Can't say that I've heard this one. Does "Russian Painters" mean it's music by various Russian composers? Or is that the actual name of a work of music?


----------



## sdtom (Jul 7, 2014)

It was composed after a 1956 grand showing in St. Petersburg of Russian paintings, like something Moussorgsky did on the piano for Pictures at an Exhibition. To answer the question all of the works were composed by Jurovski or Jurowski. Two more listens has produced much better feelings about this 29 minute work. It is available as a download or CD purchase from Naxos.


----------



## Bulldog (Nov 21, 2013)

I find the music promising and would need a few more hearings before reaching a conclusion.

I was surprised that works written well into the 1900's would be so strongly late-romantic.


----------



## sdtom (Jul 7, 2014)

I'm glad that someone else has listened to this CD. I've gone past the promising stage and have now included it in a playlist CD with other like compositions e.g. Devil and Daniel Webster Suite. I sent you a pm and perhaps we can talk more about this. The jury is still out for me on the Symphony (4 or 5). CPO didn't write the best notes or whoever put it together. At first I was confused with Jurovski (cover), liner notes Jurowski and the father son grandson.


----------



## maestro267 (Jul 25, 2009)

elgars ghost said:


> The composer here was his grandfather. Vladimir the Younger's father is Mikhail Jurowski, who is currently incumbent at Cologne (as principal director with the WDR SO).

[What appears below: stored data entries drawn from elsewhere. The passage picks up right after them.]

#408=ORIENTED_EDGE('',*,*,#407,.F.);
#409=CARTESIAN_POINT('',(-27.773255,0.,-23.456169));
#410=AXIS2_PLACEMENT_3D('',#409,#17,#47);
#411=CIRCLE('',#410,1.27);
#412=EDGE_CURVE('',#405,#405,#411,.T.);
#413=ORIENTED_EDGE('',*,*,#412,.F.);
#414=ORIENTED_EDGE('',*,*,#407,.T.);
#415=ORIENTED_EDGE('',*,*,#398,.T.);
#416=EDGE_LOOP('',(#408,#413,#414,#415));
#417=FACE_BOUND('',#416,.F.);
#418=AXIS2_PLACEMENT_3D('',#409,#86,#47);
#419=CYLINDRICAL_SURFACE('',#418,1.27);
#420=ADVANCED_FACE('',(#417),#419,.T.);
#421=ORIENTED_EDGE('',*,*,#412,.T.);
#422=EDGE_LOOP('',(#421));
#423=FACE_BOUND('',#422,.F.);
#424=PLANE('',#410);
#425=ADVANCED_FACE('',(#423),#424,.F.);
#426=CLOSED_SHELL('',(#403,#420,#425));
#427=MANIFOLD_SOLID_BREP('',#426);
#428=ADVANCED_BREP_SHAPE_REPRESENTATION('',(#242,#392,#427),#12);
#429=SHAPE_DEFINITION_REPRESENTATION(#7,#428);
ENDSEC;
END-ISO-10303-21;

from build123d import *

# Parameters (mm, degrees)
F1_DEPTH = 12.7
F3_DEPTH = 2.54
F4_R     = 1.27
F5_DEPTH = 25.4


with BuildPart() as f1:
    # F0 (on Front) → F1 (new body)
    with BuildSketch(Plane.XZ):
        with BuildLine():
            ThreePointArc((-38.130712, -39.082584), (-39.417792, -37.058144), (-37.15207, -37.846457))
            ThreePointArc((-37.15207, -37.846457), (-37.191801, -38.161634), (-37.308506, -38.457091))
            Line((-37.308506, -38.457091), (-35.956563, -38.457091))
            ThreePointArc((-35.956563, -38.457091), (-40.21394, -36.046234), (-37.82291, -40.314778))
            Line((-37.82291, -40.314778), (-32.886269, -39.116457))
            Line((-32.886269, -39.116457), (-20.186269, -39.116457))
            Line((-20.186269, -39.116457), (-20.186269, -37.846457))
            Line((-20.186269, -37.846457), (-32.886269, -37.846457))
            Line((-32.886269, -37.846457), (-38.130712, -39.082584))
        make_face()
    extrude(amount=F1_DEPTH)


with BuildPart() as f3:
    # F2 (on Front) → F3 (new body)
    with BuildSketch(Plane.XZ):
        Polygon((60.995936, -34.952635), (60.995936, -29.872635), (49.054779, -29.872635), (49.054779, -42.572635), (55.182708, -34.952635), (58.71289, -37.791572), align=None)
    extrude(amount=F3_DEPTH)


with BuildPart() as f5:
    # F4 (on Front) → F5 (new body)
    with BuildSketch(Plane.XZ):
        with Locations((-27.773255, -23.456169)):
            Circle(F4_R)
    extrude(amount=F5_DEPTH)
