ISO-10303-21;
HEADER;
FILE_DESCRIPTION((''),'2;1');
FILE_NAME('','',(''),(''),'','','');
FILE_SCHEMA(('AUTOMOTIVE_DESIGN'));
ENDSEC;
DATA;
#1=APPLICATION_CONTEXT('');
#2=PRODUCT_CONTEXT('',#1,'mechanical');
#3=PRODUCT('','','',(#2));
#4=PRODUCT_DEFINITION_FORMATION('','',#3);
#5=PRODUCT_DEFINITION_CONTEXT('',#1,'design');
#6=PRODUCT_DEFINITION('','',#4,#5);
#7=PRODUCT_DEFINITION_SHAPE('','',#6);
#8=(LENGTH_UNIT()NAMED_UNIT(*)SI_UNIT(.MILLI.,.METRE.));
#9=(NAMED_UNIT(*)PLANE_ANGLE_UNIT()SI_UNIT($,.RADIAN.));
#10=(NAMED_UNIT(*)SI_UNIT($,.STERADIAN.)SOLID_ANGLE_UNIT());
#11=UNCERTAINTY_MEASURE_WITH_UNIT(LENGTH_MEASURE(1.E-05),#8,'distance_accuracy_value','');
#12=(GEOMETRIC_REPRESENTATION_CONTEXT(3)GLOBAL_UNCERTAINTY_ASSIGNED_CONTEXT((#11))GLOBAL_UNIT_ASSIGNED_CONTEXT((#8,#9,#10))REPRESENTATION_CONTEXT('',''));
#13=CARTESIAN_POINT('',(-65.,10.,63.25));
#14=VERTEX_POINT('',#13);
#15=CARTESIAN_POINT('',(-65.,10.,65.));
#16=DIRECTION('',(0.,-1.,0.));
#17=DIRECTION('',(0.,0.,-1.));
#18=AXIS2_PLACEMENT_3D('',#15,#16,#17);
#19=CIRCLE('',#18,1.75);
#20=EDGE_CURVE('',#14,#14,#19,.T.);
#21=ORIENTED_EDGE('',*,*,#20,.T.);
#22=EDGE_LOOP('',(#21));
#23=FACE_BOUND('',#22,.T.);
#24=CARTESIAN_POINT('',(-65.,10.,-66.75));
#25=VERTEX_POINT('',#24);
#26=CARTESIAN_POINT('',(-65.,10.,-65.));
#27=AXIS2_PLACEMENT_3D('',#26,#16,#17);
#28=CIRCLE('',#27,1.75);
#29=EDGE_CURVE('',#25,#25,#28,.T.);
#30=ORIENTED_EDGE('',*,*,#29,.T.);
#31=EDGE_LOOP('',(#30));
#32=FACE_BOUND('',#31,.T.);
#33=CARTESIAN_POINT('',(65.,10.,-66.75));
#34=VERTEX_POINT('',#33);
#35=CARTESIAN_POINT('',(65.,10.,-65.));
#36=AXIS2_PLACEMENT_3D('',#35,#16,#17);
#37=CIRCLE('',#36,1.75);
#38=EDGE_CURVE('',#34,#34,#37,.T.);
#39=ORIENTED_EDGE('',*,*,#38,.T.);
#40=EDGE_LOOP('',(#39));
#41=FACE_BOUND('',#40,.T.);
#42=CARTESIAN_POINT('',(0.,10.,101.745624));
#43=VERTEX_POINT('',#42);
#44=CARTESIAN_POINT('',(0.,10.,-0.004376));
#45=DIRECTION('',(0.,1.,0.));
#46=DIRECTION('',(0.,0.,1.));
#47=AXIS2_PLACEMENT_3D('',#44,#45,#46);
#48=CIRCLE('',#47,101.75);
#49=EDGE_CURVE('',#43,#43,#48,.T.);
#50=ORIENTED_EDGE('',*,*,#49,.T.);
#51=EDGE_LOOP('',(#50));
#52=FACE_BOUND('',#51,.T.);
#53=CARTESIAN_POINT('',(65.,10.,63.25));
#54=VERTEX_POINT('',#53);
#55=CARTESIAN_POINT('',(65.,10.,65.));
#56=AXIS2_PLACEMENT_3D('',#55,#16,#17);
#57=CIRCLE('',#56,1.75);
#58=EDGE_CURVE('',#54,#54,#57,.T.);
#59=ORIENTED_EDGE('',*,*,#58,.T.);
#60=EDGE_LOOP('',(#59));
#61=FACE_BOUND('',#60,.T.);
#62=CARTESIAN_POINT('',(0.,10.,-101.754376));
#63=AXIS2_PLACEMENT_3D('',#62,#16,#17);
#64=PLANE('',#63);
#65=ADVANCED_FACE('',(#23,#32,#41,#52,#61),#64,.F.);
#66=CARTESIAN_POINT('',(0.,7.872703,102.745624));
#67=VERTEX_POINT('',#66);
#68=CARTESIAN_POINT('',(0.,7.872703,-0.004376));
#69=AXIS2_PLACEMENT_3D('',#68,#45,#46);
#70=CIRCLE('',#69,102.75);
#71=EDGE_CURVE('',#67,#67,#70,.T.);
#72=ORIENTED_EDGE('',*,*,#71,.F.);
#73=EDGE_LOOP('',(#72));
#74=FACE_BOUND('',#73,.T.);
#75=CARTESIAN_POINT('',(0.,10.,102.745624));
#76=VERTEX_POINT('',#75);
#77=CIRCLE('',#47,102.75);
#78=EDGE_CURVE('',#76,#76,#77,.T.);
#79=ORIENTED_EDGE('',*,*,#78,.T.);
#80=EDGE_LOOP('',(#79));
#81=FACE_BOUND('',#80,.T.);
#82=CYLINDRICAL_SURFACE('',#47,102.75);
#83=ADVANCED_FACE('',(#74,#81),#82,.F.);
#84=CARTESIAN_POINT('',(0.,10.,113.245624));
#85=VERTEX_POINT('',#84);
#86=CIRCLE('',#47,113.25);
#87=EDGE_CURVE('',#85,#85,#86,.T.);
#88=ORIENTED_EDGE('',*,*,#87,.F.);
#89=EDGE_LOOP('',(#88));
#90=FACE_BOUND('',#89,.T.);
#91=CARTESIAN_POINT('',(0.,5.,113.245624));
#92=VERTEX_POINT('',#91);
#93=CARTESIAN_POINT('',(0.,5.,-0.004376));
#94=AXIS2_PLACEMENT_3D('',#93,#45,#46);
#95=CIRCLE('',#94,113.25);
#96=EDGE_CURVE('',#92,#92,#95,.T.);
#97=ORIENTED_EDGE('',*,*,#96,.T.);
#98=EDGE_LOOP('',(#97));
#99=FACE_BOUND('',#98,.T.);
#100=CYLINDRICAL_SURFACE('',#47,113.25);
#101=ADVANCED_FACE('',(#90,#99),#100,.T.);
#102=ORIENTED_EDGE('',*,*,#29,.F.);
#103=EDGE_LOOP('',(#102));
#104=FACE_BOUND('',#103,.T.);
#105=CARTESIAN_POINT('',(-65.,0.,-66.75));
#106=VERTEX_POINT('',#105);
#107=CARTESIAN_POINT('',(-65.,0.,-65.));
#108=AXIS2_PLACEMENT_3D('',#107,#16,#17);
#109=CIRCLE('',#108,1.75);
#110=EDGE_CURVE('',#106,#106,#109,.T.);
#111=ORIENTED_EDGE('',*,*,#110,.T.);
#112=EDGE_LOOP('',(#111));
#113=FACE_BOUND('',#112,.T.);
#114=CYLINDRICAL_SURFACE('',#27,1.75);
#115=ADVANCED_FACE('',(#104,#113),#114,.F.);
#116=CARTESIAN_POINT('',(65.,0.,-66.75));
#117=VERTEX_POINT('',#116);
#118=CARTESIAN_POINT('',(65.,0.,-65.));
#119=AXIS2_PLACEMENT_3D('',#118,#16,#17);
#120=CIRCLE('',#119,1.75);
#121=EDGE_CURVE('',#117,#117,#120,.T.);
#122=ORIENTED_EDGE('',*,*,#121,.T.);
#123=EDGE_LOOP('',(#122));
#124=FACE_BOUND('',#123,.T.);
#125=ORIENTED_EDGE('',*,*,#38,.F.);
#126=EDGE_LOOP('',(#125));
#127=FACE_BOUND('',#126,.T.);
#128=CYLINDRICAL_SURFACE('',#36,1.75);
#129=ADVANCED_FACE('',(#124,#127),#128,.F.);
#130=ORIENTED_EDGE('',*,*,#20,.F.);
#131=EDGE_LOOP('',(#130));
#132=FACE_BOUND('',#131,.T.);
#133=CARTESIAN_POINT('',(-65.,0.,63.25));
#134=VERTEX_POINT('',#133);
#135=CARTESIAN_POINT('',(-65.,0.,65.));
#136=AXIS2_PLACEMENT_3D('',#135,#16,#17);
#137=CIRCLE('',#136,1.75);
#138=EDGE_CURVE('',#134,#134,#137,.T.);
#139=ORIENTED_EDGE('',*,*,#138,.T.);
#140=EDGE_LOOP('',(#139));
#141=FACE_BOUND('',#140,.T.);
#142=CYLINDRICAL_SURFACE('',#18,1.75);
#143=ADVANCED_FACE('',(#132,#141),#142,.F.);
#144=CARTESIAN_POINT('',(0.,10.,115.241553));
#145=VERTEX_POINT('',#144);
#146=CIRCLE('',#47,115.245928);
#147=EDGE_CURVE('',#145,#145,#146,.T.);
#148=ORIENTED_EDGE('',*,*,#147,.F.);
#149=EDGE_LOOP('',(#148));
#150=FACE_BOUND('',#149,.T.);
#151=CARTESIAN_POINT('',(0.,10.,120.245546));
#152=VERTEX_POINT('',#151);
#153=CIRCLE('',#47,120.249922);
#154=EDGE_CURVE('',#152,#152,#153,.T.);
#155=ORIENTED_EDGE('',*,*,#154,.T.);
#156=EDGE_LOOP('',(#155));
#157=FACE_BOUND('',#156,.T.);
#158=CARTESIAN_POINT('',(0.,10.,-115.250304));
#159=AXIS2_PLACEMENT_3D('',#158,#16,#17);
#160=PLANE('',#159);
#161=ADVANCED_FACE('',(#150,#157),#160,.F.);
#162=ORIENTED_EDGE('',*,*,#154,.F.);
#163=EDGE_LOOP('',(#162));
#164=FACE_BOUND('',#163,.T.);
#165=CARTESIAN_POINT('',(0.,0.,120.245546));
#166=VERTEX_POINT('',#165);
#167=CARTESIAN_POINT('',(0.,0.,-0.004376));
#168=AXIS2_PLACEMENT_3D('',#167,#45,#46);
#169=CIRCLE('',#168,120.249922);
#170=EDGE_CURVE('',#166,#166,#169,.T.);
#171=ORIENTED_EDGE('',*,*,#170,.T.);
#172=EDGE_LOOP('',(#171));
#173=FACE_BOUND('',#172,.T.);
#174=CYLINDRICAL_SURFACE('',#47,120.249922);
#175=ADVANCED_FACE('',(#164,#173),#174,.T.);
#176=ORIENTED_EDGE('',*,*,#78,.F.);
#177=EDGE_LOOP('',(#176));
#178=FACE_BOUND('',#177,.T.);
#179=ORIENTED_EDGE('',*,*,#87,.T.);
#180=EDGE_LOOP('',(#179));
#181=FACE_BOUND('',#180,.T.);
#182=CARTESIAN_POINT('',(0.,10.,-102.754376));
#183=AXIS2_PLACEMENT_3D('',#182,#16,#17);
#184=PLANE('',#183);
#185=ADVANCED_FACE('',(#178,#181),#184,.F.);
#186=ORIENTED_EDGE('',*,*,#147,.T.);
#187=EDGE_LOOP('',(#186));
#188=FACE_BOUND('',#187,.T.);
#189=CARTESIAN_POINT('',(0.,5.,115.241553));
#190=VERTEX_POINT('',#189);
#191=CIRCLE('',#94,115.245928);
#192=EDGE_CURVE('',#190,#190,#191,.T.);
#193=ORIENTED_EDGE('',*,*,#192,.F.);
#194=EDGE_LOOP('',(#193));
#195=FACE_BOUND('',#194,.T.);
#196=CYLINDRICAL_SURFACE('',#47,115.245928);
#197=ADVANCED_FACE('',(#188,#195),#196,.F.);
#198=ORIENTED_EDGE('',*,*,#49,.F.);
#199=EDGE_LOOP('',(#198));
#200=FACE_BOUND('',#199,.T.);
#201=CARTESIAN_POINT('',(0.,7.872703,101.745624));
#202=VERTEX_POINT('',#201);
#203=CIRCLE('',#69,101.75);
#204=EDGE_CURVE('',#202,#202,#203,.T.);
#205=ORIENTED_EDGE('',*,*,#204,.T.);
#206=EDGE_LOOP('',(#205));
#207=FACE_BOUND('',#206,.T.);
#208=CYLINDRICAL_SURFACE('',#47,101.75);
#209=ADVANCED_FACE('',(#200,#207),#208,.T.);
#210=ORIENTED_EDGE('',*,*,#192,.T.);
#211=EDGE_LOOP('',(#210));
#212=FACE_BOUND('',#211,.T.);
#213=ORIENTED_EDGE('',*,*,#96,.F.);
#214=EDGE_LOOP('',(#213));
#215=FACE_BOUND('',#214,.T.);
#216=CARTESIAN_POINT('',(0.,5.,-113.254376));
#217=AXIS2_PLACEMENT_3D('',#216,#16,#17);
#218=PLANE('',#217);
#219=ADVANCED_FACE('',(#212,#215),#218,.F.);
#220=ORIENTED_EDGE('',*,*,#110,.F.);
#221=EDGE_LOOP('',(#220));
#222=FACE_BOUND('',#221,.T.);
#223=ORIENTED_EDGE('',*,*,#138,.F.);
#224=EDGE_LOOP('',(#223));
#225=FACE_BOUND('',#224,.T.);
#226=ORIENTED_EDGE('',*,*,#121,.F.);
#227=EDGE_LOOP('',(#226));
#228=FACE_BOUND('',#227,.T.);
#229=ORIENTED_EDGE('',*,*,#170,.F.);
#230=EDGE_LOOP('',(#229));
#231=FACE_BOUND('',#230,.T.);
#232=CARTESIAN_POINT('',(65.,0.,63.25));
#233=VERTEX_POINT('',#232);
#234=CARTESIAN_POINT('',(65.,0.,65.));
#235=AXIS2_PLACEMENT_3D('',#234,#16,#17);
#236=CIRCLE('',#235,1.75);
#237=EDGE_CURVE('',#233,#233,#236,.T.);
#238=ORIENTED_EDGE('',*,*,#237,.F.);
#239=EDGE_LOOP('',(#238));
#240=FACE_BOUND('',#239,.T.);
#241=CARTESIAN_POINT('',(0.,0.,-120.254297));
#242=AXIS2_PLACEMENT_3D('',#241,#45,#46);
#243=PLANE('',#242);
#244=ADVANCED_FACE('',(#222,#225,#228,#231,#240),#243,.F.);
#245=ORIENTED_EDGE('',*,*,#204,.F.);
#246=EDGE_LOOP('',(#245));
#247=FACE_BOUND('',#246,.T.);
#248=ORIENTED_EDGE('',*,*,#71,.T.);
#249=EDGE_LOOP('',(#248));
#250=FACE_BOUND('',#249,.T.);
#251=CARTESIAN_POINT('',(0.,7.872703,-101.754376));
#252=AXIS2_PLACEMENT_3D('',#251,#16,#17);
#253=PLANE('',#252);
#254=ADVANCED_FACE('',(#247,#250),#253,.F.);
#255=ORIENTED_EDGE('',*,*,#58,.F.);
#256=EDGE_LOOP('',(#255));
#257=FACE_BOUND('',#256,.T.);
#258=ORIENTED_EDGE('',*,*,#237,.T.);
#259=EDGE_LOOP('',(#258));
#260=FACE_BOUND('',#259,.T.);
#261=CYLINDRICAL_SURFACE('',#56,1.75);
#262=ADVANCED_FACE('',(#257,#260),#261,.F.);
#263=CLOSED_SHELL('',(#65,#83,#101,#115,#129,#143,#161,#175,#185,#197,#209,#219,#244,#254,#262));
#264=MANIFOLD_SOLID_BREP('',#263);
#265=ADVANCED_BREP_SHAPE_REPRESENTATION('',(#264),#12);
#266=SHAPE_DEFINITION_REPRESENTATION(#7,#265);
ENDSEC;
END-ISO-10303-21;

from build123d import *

# Parameters (mm, degrees)
ESQUISSE5_R             = 1.75
ENL_V_MAT_EXTRU_3_DEPTH = 10


with BuildPart() as part:
    # Esquisse1 → Révolution1 (revolve)
    with BuildSketch(Plane(origin=(0, 0, 0), x_dir=(0, 0, -1), z_dir=(1, 0, 0)), mode=Mode.PRIVATE) as r_volution1_sk:
        Polygon((101.754375518, 10), (101.754375518, 7.872703136), (102.754375518, 7.872703136), (102.754375518, 10), (113.254375518, 10), (113.254375518, 5), (115.25030387, 5), (115.25030387, 10), (120.254297163, 10), (120.254297163, 0), (0.004375518, 0), (0.004375518, 10), align=None)
    revolve(r_volution1_sk.sketch.rotate(Axis((0, 10, -0.004375518), (0, -1, 0)), 180), axis=Axis((0, 10, -0.004375518), (0, -1, 0)))

    # Esquisse5 → Enlèv. mat.-Extru.3 (cut)
    with BuildSketch(Plane.XZ):
        with Locations(Location((-65, 65, 0), (0, 0, 270))):
            Circle(ESQUISSE5_R)
        with Locations(Location((-65, -65, 0), (0, 0, 270))):
            Circle(ESQUISSE5_R)
        with Locations(Location((65, 65, 0), (0, 0, 270))):
            Circle(ESQUISSE5_R)
        with Locations(Location((65, -65, 0), (0, 0, 270))):
            Circle(ESQUISSE5_R)
    extrude(amount=-ENL_V_MAT_EXTRU_3_DEPTH, mode=Mode.SUBTRACT)


solid = part.part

Well there you go! There's something new to me. Clearly runs in the family then!


----------



## sdtom (Jul 7, 2014)

I'm curious as to why this work (s) took so long to come out.


----------



## sdtom (Jul 7, 2014)

I'll give it a try this way as faras the discussion is concerned. Now that you've had a chance to listen to it a little more what do you think? Have you looked at the pictures while listening to the work. I seem to feel that this is a undiscovered gem that needs to get some air time.


----------



## sdtom (Jul 7, 2014)

Definitely my recording of the month in spite of how much I enjoy the new Raff from Sterling.


----------